Saved entries:
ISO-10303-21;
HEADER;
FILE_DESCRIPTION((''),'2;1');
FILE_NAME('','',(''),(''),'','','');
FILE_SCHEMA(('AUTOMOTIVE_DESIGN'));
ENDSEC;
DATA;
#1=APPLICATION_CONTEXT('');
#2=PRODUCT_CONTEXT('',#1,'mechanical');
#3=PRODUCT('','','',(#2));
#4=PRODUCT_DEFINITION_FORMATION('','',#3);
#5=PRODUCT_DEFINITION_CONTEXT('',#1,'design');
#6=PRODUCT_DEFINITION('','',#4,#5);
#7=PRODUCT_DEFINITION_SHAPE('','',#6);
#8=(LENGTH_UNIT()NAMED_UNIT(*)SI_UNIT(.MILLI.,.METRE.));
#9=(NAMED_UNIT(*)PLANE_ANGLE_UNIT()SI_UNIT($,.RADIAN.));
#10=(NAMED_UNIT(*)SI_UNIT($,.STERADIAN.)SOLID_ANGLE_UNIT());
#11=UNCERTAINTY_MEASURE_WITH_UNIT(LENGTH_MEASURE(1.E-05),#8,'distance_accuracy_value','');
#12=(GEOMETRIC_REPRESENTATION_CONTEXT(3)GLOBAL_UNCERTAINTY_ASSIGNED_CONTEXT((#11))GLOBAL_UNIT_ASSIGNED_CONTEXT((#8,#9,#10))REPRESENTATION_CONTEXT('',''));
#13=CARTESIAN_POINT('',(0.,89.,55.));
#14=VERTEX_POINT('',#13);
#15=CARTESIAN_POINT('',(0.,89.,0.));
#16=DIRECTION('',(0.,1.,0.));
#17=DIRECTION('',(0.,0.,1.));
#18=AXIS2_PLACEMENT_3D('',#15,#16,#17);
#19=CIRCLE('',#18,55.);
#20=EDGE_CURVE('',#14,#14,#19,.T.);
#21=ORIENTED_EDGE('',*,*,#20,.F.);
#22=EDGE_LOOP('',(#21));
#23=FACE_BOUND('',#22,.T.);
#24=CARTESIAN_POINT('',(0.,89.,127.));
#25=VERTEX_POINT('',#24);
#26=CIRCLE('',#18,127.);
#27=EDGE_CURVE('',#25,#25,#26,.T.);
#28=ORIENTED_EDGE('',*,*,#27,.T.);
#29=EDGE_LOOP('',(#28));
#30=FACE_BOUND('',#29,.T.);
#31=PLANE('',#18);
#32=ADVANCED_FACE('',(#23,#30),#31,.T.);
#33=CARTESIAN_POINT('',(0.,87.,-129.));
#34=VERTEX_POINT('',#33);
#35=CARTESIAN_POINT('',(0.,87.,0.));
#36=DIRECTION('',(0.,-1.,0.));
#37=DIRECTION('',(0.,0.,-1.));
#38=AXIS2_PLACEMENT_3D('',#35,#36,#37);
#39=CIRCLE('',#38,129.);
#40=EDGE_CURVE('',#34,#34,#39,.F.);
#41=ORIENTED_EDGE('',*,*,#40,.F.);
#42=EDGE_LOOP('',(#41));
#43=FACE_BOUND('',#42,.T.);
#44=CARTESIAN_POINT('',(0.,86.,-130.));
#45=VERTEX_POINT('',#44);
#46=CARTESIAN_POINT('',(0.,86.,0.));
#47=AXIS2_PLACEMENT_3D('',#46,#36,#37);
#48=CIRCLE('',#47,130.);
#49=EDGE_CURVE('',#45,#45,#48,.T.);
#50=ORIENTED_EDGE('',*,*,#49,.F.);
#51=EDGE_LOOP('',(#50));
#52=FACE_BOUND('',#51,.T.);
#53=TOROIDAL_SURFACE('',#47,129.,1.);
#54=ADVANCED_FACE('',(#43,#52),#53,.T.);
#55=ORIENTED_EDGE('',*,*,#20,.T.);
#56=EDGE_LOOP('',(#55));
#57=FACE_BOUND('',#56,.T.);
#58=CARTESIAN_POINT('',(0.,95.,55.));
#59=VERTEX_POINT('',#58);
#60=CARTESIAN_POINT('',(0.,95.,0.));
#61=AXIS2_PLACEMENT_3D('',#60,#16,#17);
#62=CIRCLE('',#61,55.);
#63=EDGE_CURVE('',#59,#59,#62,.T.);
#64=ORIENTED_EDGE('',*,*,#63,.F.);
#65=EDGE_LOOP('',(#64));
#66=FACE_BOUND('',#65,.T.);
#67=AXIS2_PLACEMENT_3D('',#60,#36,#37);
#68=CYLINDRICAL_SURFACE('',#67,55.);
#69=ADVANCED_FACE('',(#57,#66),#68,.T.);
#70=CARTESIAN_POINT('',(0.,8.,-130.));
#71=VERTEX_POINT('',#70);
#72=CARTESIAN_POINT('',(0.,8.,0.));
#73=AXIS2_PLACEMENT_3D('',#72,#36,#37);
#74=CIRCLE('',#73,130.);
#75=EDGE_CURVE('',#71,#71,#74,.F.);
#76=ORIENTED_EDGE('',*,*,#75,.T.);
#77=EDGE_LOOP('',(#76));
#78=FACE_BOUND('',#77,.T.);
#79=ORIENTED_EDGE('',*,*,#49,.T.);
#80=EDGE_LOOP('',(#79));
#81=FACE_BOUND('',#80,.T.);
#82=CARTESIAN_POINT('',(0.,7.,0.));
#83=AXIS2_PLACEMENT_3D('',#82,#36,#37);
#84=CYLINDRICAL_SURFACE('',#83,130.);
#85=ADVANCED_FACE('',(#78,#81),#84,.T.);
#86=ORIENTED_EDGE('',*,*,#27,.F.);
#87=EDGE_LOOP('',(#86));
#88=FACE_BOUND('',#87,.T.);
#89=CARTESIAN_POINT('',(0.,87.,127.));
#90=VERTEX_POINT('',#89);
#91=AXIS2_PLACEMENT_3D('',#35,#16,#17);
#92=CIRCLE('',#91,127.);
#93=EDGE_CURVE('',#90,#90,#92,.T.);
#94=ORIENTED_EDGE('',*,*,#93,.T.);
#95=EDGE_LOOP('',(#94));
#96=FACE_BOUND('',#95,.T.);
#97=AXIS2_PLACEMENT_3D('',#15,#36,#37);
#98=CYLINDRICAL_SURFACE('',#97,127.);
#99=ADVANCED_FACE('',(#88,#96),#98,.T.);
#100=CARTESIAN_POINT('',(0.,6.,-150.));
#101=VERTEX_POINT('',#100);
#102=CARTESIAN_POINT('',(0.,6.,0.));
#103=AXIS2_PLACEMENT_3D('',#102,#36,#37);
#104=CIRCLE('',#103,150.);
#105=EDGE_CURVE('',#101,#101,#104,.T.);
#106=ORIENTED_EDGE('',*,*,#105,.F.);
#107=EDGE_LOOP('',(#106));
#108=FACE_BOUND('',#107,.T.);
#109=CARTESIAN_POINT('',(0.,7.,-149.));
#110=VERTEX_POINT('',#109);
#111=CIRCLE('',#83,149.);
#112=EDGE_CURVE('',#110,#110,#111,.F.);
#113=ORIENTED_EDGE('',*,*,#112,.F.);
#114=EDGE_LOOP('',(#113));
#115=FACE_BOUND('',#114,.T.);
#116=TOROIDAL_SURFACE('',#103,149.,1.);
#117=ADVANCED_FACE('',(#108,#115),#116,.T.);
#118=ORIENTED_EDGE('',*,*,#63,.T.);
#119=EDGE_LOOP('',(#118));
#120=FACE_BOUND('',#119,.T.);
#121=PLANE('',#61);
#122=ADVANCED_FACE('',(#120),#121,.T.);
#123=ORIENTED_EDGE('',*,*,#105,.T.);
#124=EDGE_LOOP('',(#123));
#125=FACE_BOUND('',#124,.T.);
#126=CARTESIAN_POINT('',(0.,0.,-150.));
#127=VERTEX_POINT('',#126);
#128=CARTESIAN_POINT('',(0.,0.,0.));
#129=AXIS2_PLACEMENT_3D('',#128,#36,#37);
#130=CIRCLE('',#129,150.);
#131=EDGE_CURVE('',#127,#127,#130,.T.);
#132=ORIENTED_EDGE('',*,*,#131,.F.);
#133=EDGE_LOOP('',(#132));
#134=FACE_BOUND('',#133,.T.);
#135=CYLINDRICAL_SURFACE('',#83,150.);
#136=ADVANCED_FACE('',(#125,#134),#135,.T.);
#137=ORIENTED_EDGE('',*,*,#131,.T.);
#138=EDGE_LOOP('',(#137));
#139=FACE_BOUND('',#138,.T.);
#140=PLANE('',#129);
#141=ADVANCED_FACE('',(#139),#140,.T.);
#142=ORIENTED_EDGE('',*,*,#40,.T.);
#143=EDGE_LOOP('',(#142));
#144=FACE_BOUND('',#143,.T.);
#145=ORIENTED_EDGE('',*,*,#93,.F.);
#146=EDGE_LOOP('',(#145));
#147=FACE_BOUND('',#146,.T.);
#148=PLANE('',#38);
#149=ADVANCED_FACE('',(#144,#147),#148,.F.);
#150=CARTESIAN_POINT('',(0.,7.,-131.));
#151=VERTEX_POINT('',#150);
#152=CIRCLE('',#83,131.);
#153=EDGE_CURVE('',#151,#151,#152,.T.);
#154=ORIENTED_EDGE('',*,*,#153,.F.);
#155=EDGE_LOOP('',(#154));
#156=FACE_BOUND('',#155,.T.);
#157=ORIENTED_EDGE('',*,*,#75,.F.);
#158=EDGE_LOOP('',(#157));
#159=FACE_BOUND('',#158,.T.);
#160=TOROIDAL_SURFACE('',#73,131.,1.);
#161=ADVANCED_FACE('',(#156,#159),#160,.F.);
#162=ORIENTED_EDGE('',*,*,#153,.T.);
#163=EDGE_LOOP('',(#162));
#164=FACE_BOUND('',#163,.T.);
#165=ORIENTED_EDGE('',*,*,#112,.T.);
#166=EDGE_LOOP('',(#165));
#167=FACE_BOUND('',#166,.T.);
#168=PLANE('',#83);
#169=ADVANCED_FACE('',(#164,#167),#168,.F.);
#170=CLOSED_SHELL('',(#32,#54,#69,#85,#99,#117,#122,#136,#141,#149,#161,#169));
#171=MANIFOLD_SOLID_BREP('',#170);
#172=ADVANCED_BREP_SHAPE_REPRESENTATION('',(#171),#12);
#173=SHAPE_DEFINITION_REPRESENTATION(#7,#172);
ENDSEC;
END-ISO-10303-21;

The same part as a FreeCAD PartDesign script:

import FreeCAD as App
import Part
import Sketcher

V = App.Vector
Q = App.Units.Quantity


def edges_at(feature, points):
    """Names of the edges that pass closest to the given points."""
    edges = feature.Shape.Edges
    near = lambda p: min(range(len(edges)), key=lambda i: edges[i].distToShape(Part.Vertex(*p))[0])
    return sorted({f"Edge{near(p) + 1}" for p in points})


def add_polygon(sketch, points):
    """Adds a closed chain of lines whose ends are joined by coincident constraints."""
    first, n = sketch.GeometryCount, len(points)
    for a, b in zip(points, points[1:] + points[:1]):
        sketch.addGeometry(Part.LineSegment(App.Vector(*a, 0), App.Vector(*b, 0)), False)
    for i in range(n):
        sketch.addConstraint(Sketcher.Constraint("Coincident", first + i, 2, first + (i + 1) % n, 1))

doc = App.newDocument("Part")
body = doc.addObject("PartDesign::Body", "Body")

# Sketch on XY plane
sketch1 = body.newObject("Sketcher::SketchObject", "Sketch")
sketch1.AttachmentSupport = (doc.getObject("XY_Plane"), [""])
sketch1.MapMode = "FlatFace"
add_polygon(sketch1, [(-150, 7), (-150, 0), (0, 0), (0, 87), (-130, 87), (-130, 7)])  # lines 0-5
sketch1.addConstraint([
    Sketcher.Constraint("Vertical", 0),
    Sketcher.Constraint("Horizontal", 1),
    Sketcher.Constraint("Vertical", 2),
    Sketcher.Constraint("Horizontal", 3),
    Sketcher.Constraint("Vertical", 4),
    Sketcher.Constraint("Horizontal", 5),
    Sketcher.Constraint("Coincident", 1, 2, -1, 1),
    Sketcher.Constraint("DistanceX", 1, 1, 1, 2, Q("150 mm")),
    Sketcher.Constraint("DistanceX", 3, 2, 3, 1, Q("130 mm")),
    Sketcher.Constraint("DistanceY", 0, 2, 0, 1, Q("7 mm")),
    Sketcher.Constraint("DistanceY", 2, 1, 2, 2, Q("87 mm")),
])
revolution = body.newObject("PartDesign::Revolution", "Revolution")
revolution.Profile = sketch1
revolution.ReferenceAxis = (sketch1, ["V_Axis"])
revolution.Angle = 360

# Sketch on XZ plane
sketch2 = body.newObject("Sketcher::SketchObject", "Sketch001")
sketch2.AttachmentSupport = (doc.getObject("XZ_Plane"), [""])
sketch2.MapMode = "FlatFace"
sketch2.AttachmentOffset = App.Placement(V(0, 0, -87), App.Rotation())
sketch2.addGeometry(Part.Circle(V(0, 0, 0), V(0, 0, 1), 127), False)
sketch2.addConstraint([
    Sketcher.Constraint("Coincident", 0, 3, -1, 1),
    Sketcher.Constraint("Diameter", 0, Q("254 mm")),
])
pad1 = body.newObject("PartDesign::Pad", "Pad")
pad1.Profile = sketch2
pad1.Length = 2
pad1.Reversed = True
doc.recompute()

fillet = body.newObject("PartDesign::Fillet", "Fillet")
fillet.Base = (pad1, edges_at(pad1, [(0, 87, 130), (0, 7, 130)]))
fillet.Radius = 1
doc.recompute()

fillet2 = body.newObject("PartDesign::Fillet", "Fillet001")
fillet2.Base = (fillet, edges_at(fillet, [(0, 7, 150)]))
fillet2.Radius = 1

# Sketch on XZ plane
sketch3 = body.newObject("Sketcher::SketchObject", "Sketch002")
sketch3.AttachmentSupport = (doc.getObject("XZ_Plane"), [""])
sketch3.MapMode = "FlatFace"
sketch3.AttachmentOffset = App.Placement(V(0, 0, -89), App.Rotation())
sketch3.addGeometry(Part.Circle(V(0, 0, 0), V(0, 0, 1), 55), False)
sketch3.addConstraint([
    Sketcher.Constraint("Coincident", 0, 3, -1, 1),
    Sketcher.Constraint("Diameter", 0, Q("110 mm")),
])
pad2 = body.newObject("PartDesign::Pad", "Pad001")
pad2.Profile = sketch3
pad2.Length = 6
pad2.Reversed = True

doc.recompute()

Instructions to follow –
Looking at the records above, return exactly the lines from the line with "#35=CARTESIAN_POINT('',(0.,87.,0.));" to the line with "#43=FACE_BOUND('',#42,.T.);", both ends included.

Answer box –
#35=CARTESIAN_POINT('',(0.,87.,0.));
#36=DIRECTION('',(0.,-1.,0.));
#37=DIRECTION('',(0.,0.,-1.));
#38=AXIS2_PLACEMENT_3D('',#35,#36,#37);
#39=CIRCLE('',#38,129.);
#40=EDGE_CURVE('',#34,#34,#39,.F.);
#41=ORIENTED_EDGE('',*,*,#40,.F.);
#42=EDGE_LOOP('',(#41));
#43=FACE_BOUND('',#42,.T.);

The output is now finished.